Recent advances in deep learning methods have increased the performance of face detection and recognition systems. The accuracy of these models relies on the range of variation provided in the training data. Creating a dataset that represents all variations of real-world faces is not feasible as the control over the quality of the data decreases with the size of the dataset. Repeatability of data is another challenge as it is not possible to exactly recreate 'real-world' acquisition conditions outside of the laboratory.
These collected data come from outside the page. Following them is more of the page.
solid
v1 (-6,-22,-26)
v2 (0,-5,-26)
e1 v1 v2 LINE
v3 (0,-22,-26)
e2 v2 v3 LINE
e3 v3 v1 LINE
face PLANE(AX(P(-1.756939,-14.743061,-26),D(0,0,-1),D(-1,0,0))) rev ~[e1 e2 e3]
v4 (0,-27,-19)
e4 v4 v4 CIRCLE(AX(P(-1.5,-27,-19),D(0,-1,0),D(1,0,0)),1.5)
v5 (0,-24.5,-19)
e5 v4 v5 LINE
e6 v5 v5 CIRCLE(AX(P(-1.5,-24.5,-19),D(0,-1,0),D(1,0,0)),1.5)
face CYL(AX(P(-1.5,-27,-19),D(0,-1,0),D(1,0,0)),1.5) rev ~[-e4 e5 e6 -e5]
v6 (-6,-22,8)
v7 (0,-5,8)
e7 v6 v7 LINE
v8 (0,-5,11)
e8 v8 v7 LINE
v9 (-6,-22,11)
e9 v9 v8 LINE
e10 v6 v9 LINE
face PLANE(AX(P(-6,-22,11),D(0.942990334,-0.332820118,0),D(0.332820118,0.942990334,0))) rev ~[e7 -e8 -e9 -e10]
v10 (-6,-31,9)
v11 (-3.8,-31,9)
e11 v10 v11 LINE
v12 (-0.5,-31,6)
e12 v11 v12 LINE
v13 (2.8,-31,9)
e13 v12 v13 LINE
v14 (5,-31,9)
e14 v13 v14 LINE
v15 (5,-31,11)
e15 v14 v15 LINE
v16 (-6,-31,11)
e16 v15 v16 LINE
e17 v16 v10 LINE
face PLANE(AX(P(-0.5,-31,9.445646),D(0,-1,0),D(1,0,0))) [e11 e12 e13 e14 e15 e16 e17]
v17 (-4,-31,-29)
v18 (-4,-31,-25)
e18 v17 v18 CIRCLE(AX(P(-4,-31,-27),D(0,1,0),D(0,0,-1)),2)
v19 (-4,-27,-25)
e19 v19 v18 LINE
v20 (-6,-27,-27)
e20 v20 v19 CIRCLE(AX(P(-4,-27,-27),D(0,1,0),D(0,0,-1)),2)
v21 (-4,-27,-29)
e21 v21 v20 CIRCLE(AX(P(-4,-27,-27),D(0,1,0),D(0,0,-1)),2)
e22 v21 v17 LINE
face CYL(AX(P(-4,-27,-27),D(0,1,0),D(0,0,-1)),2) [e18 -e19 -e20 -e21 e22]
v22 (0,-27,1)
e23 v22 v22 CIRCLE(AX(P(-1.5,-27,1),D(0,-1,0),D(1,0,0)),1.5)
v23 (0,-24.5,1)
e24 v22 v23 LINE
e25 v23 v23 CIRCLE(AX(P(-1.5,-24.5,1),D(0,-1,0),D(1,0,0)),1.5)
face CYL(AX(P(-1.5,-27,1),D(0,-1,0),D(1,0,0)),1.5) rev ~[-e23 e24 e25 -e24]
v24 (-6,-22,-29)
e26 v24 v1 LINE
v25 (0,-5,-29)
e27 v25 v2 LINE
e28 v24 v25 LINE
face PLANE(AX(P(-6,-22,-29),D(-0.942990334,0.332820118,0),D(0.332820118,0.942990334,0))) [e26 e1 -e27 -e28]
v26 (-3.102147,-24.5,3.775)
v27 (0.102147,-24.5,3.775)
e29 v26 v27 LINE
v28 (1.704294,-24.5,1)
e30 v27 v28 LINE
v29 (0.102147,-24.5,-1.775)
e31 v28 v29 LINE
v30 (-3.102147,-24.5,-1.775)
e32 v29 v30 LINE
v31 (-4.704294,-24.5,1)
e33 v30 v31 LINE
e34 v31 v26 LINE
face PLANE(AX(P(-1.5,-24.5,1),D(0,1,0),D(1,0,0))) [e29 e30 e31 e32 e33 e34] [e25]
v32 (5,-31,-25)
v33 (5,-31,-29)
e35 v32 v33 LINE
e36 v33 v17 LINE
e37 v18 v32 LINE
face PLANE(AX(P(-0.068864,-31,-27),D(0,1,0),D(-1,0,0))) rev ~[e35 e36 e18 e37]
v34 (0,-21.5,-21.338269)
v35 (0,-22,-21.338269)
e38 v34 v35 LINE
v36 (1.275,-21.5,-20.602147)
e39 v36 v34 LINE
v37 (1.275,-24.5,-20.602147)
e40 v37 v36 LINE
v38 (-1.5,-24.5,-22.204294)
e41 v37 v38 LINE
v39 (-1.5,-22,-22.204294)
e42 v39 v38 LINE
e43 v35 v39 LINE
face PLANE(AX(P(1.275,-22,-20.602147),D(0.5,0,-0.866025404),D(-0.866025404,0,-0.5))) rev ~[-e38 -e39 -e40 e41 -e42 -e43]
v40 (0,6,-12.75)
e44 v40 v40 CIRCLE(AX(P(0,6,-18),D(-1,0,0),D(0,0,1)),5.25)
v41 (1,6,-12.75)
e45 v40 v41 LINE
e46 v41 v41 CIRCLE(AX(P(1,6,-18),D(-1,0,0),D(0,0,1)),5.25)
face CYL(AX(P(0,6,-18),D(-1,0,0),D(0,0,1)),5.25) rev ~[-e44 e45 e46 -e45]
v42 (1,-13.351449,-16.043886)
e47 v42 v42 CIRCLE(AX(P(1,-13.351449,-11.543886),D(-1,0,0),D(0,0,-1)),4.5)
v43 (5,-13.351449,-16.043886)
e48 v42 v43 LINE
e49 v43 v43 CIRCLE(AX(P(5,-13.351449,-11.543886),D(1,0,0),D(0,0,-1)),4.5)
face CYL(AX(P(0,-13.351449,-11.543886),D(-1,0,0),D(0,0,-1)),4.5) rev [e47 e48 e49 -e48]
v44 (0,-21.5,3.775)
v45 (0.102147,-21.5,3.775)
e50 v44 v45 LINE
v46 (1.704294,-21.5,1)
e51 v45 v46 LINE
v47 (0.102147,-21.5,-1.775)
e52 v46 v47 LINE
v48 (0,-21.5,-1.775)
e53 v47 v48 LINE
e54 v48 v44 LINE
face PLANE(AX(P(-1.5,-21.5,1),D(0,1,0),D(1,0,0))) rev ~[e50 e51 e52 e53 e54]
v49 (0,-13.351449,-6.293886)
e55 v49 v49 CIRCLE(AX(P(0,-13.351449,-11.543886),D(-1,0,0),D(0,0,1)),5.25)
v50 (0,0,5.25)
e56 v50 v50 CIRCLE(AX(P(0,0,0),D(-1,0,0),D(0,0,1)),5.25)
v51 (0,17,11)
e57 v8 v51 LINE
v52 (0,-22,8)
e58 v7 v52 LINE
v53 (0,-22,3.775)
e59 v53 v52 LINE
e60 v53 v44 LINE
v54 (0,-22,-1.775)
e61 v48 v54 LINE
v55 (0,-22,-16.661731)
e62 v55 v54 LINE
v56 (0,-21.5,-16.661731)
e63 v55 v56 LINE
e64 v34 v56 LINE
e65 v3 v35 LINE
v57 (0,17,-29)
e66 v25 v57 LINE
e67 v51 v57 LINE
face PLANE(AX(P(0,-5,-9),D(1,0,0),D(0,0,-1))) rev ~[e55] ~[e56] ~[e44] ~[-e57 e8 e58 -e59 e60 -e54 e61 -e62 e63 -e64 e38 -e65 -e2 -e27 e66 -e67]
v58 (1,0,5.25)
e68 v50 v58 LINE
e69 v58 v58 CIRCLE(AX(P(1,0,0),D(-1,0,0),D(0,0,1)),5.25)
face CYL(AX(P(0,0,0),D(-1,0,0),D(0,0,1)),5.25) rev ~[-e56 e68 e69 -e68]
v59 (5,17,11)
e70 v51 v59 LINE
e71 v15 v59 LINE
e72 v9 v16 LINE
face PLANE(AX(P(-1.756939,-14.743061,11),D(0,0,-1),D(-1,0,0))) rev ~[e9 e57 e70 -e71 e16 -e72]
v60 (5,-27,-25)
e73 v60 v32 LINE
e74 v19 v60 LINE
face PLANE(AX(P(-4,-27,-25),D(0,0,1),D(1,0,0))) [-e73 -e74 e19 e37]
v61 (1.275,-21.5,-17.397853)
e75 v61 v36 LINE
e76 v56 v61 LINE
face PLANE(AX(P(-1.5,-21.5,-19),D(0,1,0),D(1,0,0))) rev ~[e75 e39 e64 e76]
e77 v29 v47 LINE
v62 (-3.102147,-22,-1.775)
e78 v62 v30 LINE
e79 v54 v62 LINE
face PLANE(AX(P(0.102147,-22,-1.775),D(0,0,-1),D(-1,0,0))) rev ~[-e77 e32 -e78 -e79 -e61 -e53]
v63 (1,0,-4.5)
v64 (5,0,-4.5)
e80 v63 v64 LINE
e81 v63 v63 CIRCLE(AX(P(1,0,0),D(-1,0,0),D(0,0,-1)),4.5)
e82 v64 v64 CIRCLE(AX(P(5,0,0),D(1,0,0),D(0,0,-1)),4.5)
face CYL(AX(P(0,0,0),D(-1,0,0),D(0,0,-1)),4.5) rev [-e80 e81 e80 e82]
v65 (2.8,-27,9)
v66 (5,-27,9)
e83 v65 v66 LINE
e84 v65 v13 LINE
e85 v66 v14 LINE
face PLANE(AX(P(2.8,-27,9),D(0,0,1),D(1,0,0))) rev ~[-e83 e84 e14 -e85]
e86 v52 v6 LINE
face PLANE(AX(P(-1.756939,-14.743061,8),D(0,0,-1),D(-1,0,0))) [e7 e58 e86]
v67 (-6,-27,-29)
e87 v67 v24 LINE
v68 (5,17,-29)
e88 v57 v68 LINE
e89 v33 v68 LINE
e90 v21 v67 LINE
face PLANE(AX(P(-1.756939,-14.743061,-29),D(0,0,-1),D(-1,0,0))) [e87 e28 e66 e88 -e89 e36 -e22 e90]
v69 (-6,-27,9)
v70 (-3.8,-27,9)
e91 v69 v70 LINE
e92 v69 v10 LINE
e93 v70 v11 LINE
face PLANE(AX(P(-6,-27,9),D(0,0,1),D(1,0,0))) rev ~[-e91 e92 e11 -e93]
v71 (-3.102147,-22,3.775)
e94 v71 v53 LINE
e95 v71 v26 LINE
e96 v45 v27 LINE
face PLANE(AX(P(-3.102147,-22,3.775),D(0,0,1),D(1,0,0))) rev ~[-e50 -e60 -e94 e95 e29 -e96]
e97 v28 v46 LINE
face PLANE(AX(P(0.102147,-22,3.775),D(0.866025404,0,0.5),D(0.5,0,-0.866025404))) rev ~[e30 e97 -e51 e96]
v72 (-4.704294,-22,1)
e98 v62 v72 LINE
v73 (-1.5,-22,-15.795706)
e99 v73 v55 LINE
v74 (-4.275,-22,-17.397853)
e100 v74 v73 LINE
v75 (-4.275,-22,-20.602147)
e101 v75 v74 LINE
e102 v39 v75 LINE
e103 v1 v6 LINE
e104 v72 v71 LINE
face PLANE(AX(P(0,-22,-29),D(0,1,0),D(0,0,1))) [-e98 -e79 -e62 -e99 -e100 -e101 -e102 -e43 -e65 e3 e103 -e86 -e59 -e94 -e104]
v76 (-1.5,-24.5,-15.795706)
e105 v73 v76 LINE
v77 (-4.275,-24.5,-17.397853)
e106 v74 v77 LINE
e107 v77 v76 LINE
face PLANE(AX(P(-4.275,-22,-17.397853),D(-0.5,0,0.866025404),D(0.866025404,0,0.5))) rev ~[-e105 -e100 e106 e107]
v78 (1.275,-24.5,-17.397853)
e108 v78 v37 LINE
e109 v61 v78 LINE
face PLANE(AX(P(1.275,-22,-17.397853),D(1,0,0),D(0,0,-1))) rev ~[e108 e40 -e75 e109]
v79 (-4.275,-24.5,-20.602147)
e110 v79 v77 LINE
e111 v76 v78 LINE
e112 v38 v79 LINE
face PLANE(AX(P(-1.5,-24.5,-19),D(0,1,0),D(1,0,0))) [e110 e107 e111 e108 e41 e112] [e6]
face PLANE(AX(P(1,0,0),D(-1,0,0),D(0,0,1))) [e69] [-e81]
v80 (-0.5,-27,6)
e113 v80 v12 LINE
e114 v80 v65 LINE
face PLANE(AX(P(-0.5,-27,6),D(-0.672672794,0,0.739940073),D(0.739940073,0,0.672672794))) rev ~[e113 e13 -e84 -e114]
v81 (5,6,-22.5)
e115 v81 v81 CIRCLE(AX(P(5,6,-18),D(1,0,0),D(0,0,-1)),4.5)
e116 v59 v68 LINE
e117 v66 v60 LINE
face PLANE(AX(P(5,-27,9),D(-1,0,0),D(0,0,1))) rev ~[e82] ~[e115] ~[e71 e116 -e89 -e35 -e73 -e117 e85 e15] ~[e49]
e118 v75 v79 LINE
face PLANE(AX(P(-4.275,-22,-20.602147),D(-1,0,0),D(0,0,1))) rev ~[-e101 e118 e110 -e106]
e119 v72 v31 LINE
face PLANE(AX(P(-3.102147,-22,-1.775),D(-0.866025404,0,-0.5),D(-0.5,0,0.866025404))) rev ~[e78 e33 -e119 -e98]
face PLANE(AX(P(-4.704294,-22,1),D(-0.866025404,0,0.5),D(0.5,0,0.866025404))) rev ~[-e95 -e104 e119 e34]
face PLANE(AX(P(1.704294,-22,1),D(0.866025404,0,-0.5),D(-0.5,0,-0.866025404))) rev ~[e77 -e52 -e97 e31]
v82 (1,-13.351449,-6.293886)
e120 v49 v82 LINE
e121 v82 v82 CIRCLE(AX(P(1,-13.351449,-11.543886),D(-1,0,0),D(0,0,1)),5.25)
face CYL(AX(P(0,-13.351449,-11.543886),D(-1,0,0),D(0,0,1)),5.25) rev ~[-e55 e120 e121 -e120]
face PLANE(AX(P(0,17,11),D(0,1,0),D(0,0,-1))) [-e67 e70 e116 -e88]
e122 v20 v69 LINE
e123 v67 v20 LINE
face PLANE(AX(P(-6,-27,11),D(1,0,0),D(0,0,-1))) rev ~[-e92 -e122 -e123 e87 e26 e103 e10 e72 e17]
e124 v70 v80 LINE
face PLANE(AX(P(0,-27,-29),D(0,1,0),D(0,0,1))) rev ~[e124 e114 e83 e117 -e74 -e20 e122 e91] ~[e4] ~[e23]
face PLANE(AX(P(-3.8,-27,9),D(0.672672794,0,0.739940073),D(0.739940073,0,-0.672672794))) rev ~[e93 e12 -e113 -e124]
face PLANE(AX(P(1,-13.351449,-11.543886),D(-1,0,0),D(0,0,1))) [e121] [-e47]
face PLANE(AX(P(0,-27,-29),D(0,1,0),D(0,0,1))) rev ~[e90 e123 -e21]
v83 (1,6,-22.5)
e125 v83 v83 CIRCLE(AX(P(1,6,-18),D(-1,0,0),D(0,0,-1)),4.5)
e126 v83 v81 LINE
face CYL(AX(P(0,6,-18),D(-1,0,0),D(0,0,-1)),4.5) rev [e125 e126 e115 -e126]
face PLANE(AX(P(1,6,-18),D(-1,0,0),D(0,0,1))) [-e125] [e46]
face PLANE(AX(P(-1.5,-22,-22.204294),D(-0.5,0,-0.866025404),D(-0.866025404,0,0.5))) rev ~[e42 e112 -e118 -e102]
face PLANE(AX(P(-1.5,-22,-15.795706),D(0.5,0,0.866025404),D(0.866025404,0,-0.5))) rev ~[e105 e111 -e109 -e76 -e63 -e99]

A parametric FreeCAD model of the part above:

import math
import FreeCAD as App
import Part
import Sketcher

V = App.Vector
Q = App.Units.Quantity


def add_polygon(sketch, points):
    """Adds a closed chain of lines whose ends are joined by coincident constraints."""
    first, n = sketch.GeometryCount, len(points)
    for a, b in zip(points, points[1:] + points[:1]):
        sketch.addGeometry(Part.LineSegment(App.Vector(*a, 0), App.Vector(*b, 0)), False)
    for i in range(n):
        sketch.addConstraint(Sketcher.Constraint("Coincident", first + i, 2, first + (i + 1) % n, 1))

doc = App.newDocument("Part")
body = doc.addObject("PartDesign::Body", "Body")

# Sketch on YZ plane
sketch1 = doc.addObject("Sketcher::SketchObject", "Sketch")
body.addObject(sketch1)
sketch1.AttachmentSupport = (doc.YZ_Plane, [""])
sketch1.MapMode = "FlatFace"
add_polygon(sketch1, [(17, 11), (-27, 11), (-27, -29), (17, -29)])  # lines 0-3
sketch1.addGeometry(Part.Circle(V(-13.4, -11.5, 0), V(0, 0, 1), 4.5), False)  # 4
sketch1.addGeometry(Part.Circle(V(0, 0, 0), V(0, 0, 1), 4.5), False)  # 5
sketch1.addGeometry(Part.Circle(V(6, -18, 0), V(0, 0, 1), 4.5), False)  # 6
sketch1.addConstraint(Sketcher.Constraint("Horizontal", 0))
sketch1.addConstraint(Sketcher.Constraint("Vertical", 1))
sketch1.addConstraint(Sketcher.Constraint("Horizontal", 2))
sketch1.addConstraint(Sketcher.Constraint("Vertical", 3))
sketch1.addConstraint(Sketcher.Constraint("Coincident", 5, 3, -1, 1))
sketch1.addConstraint(Sketcher.Constraint("Equal", 4, 5))
sketch1.addConstraint(Sketcher.Constraint("Equal", 5, 6))
sketch1.addConstraint(Sketcher.Constraint("Diameter", 4, 9.0))
sketch1.addConstraint(Sketcher.Constraint("DistanceX", 0, 2, 0, 1, 44.0))
sketch1.addConstraint(Sketcher.Constraint("DistanceY", 1, 2, 1, 1, 40.0))
sketch1.addConstraint(Sketcher.Constraint("DistanceX", -1, 1, 6, 3, 6.0))
sketch1.addConstraint(Sketcher.Constraint("DistanceY", 6, 3, -1, 1, 18.0))
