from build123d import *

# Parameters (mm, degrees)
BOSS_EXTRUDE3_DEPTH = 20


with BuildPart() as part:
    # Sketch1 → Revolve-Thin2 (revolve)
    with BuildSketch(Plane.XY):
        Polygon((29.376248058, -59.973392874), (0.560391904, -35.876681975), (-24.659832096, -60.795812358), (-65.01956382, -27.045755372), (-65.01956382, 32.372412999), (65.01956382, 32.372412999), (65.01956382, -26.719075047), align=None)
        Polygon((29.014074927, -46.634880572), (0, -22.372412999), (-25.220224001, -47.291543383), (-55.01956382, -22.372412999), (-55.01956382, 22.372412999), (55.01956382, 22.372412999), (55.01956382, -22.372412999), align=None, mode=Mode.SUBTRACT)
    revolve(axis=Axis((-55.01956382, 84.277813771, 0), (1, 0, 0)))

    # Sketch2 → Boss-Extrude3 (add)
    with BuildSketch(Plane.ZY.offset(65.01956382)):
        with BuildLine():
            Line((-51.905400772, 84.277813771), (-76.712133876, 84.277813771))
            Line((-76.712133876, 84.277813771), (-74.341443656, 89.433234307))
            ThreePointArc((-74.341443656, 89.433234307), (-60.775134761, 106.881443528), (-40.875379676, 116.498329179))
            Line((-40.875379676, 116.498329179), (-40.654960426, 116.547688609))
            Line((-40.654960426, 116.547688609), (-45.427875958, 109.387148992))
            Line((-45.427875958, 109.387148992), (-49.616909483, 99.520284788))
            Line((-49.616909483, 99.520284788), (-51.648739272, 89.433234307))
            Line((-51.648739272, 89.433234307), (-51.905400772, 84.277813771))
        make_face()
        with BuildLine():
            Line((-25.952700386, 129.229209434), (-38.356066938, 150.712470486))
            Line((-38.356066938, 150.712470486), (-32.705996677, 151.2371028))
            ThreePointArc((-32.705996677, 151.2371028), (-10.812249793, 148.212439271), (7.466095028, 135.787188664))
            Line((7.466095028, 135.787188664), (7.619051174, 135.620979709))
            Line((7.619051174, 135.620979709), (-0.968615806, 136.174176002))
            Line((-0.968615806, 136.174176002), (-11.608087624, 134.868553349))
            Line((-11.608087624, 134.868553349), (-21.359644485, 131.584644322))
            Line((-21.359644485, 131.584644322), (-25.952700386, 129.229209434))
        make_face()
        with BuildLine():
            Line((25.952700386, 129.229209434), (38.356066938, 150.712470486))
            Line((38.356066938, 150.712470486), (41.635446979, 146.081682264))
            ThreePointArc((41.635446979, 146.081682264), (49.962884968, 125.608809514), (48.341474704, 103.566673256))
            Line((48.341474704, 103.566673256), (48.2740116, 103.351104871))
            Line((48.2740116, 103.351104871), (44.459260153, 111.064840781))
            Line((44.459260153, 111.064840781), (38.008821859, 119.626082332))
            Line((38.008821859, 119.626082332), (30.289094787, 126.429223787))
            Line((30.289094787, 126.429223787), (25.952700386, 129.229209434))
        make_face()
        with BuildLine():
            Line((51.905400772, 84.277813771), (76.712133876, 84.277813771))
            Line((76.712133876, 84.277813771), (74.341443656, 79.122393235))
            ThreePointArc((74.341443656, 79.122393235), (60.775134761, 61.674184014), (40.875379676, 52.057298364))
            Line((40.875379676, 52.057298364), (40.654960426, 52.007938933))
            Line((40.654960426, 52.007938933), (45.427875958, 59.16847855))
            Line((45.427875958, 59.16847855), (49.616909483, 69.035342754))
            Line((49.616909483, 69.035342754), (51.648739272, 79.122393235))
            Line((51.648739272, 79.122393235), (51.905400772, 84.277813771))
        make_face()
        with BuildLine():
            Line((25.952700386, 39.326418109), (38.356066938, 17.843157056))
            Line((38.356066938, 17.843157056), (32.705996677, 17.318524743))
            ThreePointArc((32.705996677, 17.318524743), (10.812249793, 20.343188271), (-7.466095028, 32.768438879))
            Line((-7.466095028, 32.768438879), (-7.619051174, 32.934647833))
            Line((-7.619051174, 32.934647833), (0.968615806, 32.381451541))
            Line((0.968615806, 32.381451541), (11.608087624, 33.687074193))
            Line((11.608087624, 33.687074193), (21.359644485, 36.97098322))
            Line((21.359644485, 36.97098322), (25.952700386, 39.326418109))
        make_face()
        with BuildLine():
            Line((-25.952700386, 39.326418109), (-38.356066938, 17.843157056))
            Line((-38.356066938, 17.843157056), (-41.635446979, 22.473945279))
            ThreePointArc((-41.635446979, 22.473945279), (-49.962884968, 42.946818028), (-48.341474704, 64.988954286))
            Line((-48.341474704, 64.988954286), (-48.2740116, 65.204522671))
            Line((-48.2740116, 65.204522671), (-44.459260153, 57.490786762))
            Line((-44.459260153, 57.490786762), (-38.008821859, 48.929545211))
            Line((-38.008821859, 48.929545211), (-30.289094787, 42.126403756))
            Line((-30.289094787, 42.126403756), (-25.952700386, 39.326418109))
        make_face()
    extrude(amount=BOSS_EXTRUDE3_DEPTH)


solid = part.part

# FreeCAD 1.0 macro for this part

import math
import FreeCAD as App
import Part
import Sketcher
from FreeCAD import Vector
Q = App.Units.Quantity

doc = App.newDocument("Part")
body = doc.addObject("PartDesign::Body", "Body")

# Sketch on XY plane
sketch1 = body.newObject("Sketcher::SketchObject", "Sketch")
sketch1.AttachmentSupport = (doc.getObject("XY_Plane"), [""])
sketch1.MapMode = "FlatFace"
sketch1.addGeometry([
    Part.LineSegment(Vector(0.560392, -35.876682, 0), Vector(29.376248, -59.973393, 0)),  # 0
    Part.LineSegment(Vector(29.376248, -59.973393, 0), Vector(65.019564, -26.719075, 0)),  # 1
    Part.LineSegment(Vector(65.019564, -26.719075, 0), Vector(65.019564, 32.372413, 0)),  # 2
    Part.LineSegment(Vector(65.019564, 32.372413, 0), Vector(-65.019564, 32.372413, 0)),  # 3
    Part.LineSegment(Vector(-65.019564, 32.372413, 0), Vector(-65.019564, -27.045755, 0)),  # 4
    Part.LineSegment(Vector(-65.019564, -27.045755, 0), Vector(-24.659832, -60.795812, 0)),  # 5
    Part.LineSegment(Vector(-24.659832, -60.795812, 0), Vector(0.560392, -35.876682, 0)),  # 6
    Part.LineSegment(Vector(29.014075, -46.634881, 0), Vector(0, -22.372413, 0)),  # 7
    Part.LineSegment(Vector(0, -22.372413, 0), Vector(-25.220224, -47.291543, 0)),  # 8
    Part.LineSegment(Vector(-25.220224, -47.291543, 0), Vector(-55.019564, -22.372413, 0)),  # 9
    Part.LineSegment(Vector(-55.019564, -22.372413, 0), Vector(-55.019564, 22.372413, 0)),  # 10
    Part.LineSegment(Vector(-55.019564, 22.372413, 0), Vector(55.019564, 22.372413, 0)),  # 11
    Part.LineSegment(Vector(55.019564, 22.372413, 0), Vector(55.019564, -22.372413, 0)),  # 12
    Part.LineSegment(Vector(55.019564, -22.372413, 0), Vector(29.014075, -46.634881, 0)),  # 13
], False)
sketch1.addGeometry(Part.LineSegment(Vector(-65.019564, 84.277814, 0), Vector(65.019564, 84.277814, 0)), True)  # axis
sketch1.addConstraint([
    Sketcher.Constraint("Coincident", 0, 2, 1, 1),
    Sketcher.Constraint("Coincident", 1, 2, 2, 1),
    Sketcher.Constraint("Coincident", 2, 2, 3, 1),
    Sketcher.Constraint("Coincident", 3, 2, 4, 1),
    Sketcher.Constraint("Coincident", 4, 2, 5, 1),
    Sketcher.Constraint("Coincident", 5, 2, 6, 1),
    Sketcher.Constraint("Coincident", 6, 2, 0, 1),
    Sketcher.Constraint("Coincident", 7, 2, 8, 1),
    Sketcher.Constraint("Coincident", 8, 2, 9, 1),
    Sketcher.Constraint("Coincident", 9, 2, 10, 1),
    Sketcher.Constraint("Coincident", 10, 2, 11, 1),
    Sketcher.Constraint("Coincident", 11, 2, 12, 1),
    Sketcher.Constraint("Coincident", 12, 2, 13, 1),
    Sketcher.Constraint("Coincident", 13, 2, 7, 1),
    Sketcher.Constraint("Vertical", 2),
    Sketcher.Constraint("Horizontal", 3),
    Sketcher.Constraint("Vertical", 4),
    Sketcher.Constraint("Vertical", 10),
    Sketcher.Constraint("Horizontal", 11),
    Sketcher.Constraint("Vertical", 12),
    Sketcher.Constraint("Horizontal", 14),
    Sketcher.Constraint("Symmetric", 9, 2, 11, 2, -1, 1),
    Sketcher.Constraint("PointOnObject", 7, 2, -2),
    Sketcher.Constraint("Parallel", 0, 5),
    Sketcher.Constraint("Parallel", 5, 7),
    Sketcher.Constraint("Parallel", 6, 8),
    Sketcher.Constraint("Parallel", 7, 9),
    Sketcher.Constraint("Parallel", 1, 13),
    Sketcher.Constraint("Horizontal", 7, 2, 9, 2),
    Sketcher.Constraint("Horizontal", 9, 2, 12, 2),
In this work, we explore a framework to synthetically generate facial data to be used as part of a toolchain to generate very large facial datasets with a high degree of control over facial and environmental variations. Such large datasets can be used for improved, targeted training of deep neural networks. In particular, we make use of a 3D morphable face model for the rendering of multiple 2D images across a dataset of 100 synthetic identities, providing full control over image variations such as pose, illumination, and background.